José Guillermo Buenadicha Sánchez

De la rabia y de la idea

José Guillermo Buenadicha Sánchez


Juice

14/04/2023

La noche del 7 de enero del año de nuestro Señor de 1610, Galileo, el hijo mayor de los florentinos Giulia Ammannati y Vincenzo Galilei, apuntó su telescopio al cielo. Era un artefacto construido tras enterarse de cómo el holandés Hans Lippershey había logrado usar lentes para ver objetos lejanos e invisibles al ojo desnudo. Galileo Galilei, científico multidisciplinar renacentista comparable solo quizás al gran Leonardo, se dio cuenta de que ese nuevo invento le ayudaría a entender la dinámica celeste. Era una época en que colisionaban los aristotélicos –defensores a ultranza de un modelo de universo con la Tierra en el centro y los astros girando a su alrededor– y los copernicanos, para los que todos los objetos exceptuando la Luna orbitan al Sol.
La noche de la que les hablo, estimados tres lectores, Galileo dirigió su mirada a Júpiter, el padre de los dioses. Y se dio cuenta de que veía tres estrellas –noches más tarde la cuarta– a su alrededor. Pronto se percató de que no eran estrellas, sino satélites que, cual la Luna, orbitaban a su vez a otro cuerpo celeste. Ese hallazgo decantaba el modelo hacia el heliocéntrico que conocemos hoy, contribuyendo a una revolución no solo astronómica sino social, que le granjearía años después el famoso juicio ante la Inquisición. Galilei nombró a estos cuerpos «astros mediceos», en honor de Cosme de Médicis, gran duque de la Toscana y antiguo alumno.
Pero otro astrónomo alemán, Simon Marius, coetáneo de Galileo, reclamó haber visto antes que él los satélites del mayor planeta de nuestro sistema solar.
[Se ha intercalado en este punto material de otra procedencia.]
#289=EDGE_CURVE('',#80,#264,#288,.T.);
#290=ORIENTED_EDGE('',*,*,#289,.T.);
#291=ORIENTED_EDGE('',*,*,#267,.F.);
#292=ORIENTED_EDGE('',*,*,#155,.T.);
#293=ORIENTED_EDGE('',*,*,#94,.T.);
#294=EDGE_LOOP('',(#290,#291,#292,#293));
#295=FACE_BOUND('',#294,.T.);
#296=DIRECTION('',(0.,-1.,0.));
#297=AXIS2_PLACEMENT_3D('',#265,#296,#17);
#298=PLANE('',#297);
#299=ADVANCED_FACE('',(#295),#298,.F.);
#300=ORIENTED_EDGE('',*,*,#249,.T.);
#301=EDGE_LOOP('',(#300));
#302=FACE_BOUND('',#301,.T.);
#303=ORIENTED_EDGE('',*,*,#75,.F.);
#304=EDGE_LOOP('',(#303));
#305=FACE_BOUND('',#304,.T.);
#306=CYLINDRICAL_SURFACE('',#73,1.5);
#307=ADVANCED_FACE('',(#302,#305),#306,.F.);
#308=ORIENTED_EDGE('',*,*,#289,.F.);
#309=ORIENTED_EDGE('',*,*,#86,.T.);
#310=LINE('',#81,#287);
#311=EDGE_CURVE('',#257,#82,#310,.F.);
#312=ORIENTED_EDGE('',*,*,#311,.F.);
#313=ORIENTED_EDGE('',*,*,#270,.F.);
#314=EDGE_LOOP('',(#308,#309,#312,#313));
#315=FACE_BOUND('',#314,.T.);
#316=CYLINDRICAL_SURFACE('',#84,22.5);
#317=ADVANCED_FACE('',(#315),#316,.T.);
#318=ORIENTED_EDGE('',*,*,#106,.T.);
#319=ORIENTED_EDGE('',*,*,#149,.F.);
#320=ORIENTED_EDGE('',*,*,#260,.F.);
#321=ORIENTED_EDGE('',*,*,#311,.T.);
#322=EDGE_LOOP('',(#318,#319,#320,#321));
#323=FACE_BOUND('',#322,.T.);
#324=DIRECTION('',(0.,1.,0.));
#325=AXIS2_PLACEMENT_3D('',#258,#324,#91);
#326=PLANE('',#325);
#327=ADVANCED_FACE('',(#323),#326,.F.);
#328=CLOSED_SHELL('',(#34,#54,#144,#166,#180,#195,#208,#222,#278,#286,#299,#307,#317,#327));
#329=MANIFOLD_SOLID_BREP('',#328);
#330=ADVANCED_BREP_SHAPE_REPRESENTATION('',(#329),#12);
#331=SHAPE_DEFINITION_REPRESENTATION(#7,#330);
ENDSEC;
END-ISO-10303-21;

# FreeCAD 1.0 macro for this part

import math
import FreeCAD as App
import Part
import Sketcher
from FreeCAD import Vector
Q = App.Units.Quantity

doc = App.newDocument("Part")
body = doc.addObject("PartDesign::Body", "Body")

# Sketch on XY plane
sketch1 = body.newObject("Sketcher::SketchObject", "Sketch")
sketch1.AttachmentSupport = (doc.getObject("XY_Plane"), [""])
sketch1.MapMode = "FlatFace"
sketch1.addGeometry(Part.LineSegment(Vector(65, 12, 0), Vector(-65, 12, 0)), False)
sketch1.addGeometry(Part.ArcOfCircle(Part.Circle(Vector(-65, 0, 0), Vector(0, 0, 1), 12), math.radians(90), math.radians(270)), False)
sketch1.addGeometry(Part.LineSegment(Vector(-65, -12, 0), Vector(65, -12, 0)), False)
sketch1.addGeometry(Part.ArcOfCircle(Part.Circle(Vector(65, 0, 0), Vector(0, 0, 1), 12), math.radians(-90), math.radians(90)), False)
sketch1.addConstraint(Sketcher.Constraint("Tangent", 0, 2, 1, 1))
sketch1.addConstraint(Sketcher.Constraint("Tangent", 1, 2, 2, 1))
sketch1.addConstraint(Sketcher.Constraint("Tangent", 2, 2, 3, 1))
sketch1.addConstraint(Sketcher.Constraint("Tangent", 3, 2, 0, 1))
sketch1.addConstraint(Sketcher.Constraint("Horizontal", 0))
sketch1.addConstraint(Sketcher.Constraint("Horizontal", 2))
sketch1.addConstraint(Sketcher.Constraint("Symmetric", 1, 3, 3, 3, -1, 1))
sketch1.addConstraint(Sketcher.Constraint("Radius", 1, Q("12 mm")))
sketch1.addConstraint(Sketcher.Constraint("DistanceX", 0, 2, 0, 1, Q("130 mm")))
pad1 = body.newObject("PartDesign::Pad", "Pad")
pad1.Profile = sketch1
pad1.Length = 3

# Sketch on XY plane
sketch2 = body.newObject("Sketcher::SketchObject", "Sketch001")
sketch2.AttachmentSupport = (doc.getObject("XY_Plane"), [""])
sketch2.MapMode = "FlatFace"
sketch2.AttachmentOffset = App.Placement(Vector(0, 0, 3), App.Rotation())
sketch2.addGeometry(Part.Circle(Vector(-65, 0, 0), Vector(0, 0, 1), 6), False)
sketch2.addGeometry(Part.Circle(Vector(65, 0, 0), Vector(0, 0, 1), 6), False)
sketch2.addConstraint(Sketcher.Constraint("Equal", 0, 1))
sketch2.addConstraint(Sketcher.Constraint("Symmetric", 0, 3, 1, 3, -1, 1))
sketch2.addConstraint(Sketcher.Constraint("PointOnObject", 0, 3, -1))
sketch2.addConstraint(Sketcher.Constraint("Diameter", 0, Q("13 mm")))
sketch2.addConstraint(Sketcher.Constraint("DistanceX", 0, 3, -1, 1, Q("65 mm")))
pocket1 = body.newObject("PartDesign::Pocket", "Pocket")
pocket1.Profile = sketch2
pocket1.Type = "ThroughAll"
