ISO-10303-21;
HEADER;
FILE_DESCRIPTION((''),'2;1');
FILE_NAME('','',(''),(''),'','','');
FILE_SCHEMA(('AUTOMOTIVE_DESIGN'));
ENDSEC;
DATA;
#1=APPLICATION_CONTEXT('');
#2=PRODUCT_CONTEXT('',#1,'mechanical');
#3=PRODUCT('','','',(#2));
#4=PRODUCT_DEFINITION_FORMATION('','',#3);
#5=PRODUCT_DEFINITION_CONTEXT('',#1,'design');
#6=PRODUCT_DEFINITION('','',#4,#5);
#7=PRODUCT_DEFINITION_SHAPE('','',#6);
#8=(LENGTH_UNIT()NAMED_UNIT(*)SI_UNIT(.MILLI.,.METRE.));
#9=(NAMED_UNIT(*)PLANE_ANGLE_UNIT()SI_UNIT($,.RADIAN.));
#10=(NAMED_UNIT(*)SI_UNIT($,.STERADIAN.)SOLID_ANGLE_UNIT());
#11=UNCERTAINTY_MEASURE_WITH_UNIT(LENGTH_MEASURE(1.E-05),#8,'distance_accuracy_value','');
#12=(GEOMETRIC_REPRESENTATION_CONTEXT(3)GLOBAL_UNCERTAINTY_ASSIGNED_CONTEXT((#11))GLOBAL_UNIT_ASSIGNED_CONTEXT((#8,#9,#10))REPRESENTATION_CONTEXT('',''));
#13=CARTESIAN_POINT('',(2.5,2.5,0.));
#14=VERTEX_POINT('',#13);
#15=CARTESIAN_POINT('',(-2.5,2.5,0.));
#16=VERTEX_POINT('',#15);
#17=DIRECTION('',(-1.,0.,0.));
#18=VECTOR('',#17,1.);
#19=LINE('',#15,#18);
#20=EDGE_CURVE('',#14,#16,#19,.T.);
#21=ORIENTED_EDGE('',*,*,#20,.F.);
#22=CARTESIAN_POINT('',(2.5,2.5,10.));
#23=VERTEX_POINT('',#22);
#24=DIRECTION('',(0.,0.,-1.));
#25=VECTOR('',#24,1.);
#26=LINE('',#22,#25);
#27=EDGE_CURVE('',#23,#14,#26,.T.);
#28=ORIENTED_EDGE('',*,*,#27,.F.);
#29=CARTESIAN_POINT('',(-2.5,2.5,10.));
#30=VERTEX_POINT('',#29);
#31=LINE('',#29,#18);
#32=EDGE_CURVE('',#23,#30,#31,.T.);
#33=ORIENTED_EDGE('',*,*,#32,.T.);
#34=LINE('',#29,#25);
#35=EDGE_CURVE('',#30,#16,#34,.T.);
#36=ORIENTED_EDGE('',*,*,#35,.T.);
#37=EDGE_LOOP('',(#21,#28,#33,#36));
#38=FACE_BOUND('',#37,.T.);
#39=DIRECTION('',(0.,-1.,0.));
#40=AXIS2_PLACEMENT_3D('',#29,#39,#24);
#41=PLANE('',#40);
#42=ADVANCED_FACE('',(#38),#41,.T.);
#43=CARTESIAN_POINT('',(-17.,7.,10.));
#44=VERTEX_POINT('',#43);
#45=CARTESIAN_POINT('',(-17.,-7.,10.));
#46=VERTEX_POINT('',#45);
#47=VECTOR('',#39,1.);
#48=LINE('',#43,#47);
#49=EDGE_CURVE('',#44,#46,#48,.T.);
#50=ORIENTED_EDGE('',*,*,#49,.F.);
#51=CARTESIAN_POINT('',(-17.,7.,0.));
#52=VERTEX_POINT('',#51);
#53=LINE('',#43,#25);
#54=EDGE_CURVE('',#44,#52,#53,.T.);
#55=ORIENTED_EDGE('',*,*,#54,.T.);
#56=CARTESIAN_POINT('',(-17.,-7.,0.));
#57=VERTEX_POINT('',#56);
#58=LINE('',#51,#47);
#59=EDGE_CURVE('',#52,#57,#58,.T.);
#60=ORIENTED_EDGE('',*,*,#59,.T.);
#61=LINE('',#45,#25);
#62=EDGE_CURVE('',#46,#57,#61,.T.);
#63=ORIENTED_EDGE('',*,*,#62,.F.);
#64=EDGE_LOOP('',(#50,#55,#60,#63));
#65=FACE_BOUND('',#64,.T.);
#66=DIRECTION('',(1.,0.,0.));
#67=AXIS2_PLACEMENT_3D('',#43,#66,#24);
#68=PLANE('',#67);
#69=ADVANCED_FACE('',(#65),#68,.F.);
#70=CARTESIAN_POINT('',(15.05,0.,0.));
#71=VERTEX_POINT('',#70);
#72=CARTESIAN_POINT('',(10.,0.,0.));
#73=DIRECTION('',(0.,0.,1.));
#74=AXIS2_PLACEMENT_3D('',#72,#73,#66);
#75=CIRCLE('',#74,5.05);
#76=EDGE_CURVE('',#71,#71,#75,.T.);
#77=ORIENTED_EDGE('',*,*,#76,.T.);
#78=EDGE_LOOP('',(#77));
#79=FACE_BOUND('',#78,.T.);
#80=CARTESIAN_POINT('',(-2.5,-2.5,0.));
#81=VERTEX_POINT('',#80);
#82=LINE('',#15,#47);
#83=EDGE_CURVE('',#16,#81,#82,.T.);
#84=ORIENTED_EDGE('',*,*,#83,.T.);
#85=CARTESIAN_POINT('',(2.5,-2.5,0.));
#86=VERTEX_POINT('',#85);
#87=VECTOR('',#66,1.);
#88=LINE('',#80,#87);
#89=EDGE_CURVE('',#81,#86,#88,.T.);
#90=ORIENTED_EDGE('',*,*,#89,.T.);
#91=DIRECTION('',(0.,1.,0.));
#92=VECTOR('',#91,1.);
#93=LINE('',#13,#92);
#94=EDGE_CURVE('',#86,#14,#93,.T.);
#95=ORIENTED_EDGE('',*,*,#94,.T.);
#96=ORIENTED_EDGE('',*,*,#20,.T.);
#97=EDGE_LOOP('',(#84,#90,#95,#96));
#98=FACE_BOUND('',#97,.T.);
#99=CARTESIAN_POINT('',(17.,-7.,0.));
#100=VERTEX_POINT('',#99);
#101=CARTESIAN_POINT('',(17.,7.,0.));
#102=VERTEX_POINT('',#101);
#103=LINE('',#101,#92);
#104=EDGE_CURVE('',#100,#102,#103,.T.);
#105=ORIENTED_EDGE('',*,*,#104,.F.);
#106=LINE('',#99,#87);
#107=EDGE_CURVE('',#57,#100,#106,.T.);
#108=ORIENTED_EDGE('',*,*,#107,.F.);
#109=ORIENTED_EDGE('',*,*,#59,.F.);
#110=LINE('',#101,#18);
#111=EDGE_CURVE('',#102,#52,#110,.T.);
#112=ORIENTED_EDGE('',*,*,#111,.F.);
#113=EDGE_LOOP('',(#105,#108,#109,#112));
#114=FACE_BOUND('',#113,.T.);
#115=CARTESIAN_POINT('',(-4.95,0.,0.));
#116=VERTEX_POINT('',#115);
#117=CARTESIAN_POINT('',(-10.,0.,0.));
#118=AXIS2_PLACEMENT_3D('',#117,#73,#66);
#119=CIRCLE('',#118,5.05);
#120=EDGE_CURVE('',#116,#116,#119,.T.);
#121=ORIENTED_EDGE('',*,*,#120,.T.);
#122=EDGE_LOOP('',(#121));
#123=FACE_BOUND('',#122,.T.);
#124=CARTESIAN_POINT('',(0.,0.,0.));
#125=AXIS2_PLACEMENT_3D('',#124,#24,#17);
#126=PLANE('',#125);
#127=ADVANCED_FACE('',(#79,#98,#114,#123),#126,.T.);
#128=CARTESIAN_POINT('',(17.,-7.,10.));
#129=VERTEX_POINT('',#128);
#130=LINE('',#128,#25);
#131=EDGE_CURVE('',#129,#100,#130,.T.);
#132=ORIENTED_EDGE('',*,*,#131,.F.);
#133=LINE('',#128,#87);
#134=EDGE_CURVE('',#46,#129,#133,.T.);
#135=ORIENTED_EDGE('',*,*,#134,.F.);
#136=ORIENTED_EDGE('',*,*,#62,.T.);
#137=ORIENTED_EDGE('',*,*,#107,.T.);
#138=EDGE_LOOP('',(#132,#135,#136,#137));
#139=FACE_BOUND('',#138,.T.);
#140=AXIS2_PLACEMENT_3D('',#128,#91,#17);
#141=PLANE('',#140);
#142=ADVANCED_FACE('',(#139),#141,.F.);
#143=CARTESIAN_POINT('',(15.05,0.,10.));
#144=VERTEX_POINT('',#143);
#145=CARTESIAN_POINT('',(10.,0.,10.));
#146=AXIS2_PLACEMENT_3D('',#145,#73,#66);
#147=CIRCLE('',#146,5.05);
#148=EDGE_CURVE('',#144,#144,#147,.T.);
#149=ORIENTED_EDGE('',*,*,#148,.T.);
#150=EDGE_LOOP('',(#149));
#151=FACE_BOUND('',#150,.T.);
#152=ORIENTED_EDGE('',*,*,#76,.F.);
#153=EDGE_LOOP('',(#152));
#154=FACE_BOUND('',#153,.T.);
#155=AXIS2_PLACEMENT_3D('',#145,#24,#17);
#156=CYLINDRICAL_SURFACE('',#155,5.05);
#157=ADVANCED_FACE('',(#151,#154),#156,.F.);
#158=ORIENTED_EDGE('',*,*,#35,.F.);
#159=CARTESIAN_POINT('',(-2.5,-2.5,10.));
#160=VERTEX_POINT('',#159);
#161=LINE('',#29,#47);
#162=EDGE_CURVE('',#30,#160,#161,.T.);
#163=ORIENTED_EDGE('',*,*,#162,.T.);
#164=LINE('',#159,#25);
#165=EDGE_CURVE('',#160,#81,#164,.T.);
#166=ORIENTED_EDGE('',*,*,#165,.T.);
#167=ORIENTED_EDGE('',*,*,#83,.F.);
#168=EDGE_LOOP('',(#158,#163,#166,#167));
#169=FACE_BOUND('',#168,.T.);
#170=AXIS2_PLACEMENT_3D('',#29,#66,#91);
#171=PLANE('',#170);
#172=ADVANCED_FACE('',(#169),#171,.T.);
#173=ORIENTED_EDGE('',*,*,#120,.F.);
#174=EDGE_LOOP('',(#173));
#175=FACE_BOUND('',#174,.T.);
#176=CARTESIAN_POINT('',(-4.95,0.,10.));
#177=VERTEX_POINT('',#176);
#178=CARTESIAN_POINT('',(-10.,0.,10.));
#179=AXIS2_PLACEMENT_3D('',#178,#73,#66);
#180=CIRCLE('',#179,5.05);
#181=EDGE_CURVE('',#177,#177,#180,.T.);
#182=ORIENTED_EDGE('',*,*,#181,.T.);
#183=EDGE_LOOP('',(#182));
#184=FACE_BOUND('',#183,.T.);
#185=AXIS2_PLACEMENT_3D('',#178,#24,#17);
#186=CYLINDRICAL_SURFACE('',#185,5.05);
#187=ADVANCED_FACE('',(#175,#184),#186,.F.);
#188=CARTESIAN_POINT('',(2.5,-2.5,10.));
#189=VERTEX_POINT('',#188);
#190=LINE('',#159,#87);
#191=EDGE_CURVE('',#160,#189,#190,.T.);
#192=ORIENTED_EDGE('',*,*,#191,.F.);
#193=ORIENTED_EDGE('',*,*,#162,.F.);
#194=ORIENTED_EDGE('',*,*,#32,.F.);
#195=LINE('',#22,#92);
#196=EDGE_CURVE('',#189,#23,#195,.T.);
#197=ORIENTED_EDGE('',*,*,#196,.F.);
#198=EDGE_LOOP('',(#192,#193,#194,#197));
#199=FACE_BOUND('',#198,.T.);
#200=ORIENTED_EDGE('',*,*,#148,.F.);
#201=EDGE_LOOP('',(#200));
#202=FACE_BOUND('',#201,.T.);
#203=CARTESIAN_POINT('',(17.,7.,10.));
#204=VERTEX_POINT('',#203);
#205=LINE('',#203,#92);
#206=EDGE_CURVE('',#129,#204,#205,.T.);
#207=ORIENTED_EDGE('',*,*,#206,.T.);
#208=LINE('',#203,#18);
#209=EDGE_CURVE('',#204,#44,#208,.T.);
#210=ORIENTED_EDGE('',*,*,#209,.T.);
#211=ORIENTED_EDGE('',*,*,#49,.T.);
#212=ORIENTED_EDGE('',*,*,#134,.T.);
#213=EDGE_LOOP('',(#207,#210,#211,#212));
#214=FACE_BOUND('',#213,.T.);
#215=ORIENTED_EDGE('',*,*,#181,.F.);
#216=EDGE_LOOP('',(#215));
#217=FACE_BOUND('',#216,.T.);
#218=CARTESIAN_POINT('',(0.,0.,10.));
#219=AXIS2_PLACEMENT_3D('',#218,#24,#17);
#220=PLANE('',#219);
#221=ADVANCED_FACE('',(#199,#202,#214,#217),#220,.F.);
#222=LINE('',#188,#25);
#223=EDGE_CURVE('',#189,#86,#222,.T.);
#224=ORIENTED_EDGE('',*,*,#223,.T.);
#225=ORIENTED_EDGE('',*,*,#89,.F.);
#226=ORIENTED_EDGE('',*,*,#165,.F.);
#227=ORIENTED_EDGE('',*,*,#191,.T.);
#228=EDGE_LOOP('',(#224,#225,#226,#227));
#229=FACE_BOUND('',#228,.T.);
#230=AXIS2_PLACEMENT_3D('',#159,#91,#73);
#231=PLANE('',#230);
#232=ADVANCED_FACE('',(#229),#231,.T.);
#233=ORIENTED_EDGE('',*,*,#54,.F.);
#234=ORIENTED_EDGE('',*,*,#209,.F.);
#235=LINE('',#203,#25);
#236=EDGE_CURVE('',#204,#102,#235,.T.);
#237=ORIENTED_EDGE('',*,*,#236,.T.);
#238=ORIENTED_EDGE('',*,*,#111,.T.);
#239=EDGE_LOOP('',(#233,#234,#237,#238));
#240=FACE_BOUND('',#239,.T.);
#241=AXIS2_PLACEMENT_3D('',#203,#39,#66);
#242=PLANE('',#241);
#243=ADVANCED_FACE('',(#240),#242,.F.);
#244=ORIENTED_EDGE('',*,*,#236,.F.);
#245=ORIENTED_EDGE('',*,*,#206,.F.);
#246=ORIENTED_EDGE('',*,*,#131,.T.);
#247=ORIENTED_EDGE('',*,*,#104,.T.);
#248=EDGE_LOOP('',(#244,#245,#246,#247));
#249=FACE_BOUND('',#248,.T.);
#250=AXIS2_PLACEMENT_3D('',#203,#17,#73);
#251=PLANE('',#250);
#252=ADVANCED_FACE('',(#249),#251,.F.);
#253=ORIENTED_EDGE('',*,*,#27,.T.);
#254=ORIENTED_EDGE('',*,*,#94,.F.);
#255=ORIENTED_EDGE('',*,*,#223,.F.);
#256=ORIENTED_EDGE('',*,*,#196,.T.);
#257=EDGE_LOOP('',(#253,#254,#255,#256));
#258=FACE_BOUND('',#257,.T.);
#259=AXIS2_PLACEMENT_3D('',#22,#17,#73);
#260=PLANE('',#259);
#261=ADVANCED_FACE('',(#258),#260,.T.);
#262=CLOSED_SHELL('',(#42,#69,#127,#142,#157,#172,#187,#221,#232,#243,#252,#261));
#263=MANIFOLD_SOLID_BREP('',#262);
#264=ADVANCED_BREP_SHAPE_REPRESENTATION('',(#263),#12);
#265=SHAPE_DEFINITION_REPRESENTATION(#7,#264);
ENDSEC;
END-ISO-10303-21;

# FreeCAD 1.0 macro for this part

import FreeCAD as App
import Part
import Sketcher
from FreeCAD import Vector
Q = App.Units.Quantity


def add_polygon(sketch, points):
    """Adds a closed chain of lines whose ends are joined by coincident constraints."""
    first, n = sketch.GeometryCount, len(points)
    for a, b in zip(points, points[1:] + points[:1]):
        sketch.addGeometry(Part.LineSegment(App.Vector(*a, 0), App.Vector(*b, 0)), False)
    for i in range(n):
        sketch.addConstraint(Sketcher.Constraint("Coincident", first + i, 2, first + (i + 1) % n, 1))

doc = App.newDocument("Part")
body = doc.addObject("PartDesign::Body", "Body")

sketch1 = body.newObject("Sketcher::SketchObject", "Sketch")
sketch1.AttachmentSupport = (doc.getObject("XY_Plane"), [""])
sketch1.MapMode = "FlatFace"
add_polygon(sketch1, [(-17, 7), (-17, -7), (17, -7), (17, 7)])
sketch1.addGeometry(Part.Circle(Vector(-10, 0, 0), Vector(0, 0, 1), 5), False)
add_polygon(sketch1, [(2, -2), (-2, -2), (-2, 2), (2, 2)])
sketch1.addGeometry(Part.Circle(Vector(10, 0, 0), Vector(0, 0, 1), 5), False)
sketch1.addConstraint(Sketcher.Constraint("Vertical", 0))
sketch1.addConstraint(Sketcher.Constraint("Horizontal", 1))
sketch1.addConstraint(Sketcher.Constraint("Vertical", 2))
sketch1.addConstraint(Sketcher.Constraint("Horizontal", 3))
sketch1.addConstraint(Sketcher.Constraint("Horizontal", 5))
sketch1.addConstraint(Sketcher.Constraint("Vertical", 6))
sketch1.addConstraint(Sketcher.Constraint("Horizontal", 7))
sketch1.addConstraint(Sketcher.Constraint("Vertical", 8))
sketch1.addConstraint(Sketcher.Constraint("Equal", 4, 9))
Se inició entonces una de las disputas más enconadas que se recuerdan para reclamar la paternidad del descubrimiento. Parece que el italiano fue el primero, y así se lo reconoce la historia, pero al final fue el alemán el que, aconsejado por su paisano Kepler, bautizó con el nombre que hoy conocemos a las lunas de Júpiter: Ío, Calixto, Ganímedes y Europa, cuatro de las conquistas amorosas –a veces forzosas– de Zeus/Júpiter. Por supuesto hay más lunas, hoy se conocen hasta 92, pero las galileanas, las mayores, tienen un especial interés al ser candidatas a la existencia de condiciones favorables para la vida. Al menos en tres de ellas se cree que existen océanos de agua en estado líquido bajo costras y mantos helados.
Los humanos somos curiosos, y eso nos mueve a construir aparatos de aumento y dirigirlos a las profundidades oscuras de los cielos para descifrar qué somos, dónde estamos, a dónde nos encaminamos, si esta aventura la corremos solos o acompañados, cómo empezamos a existir. Pero para averiguar todo eso no basta con un telescopio, hay que explorar, llevar nuestros mejores instrumentos lo más cerca posible del objetivo. Si hay buen tiempo, hoy despega desde la Guayana Francesa un cohete Ariane 5 portando la sonda JUICE, de la Agencia Espacial Europea, ESA. Diez avanzados experimentos inician un viaje de más de ocho años hasta al gigante gaseoso donde empezará un exótico baile visitando varias veces esos puntitos que vislumbró Galileo y acabando como luna de una de sus lunas, Ganímedes. Seguro que, de estar vivo hoy, el florentino sonreiría alegre y susurraría otra vez su apócrifo: «Eppur si muove».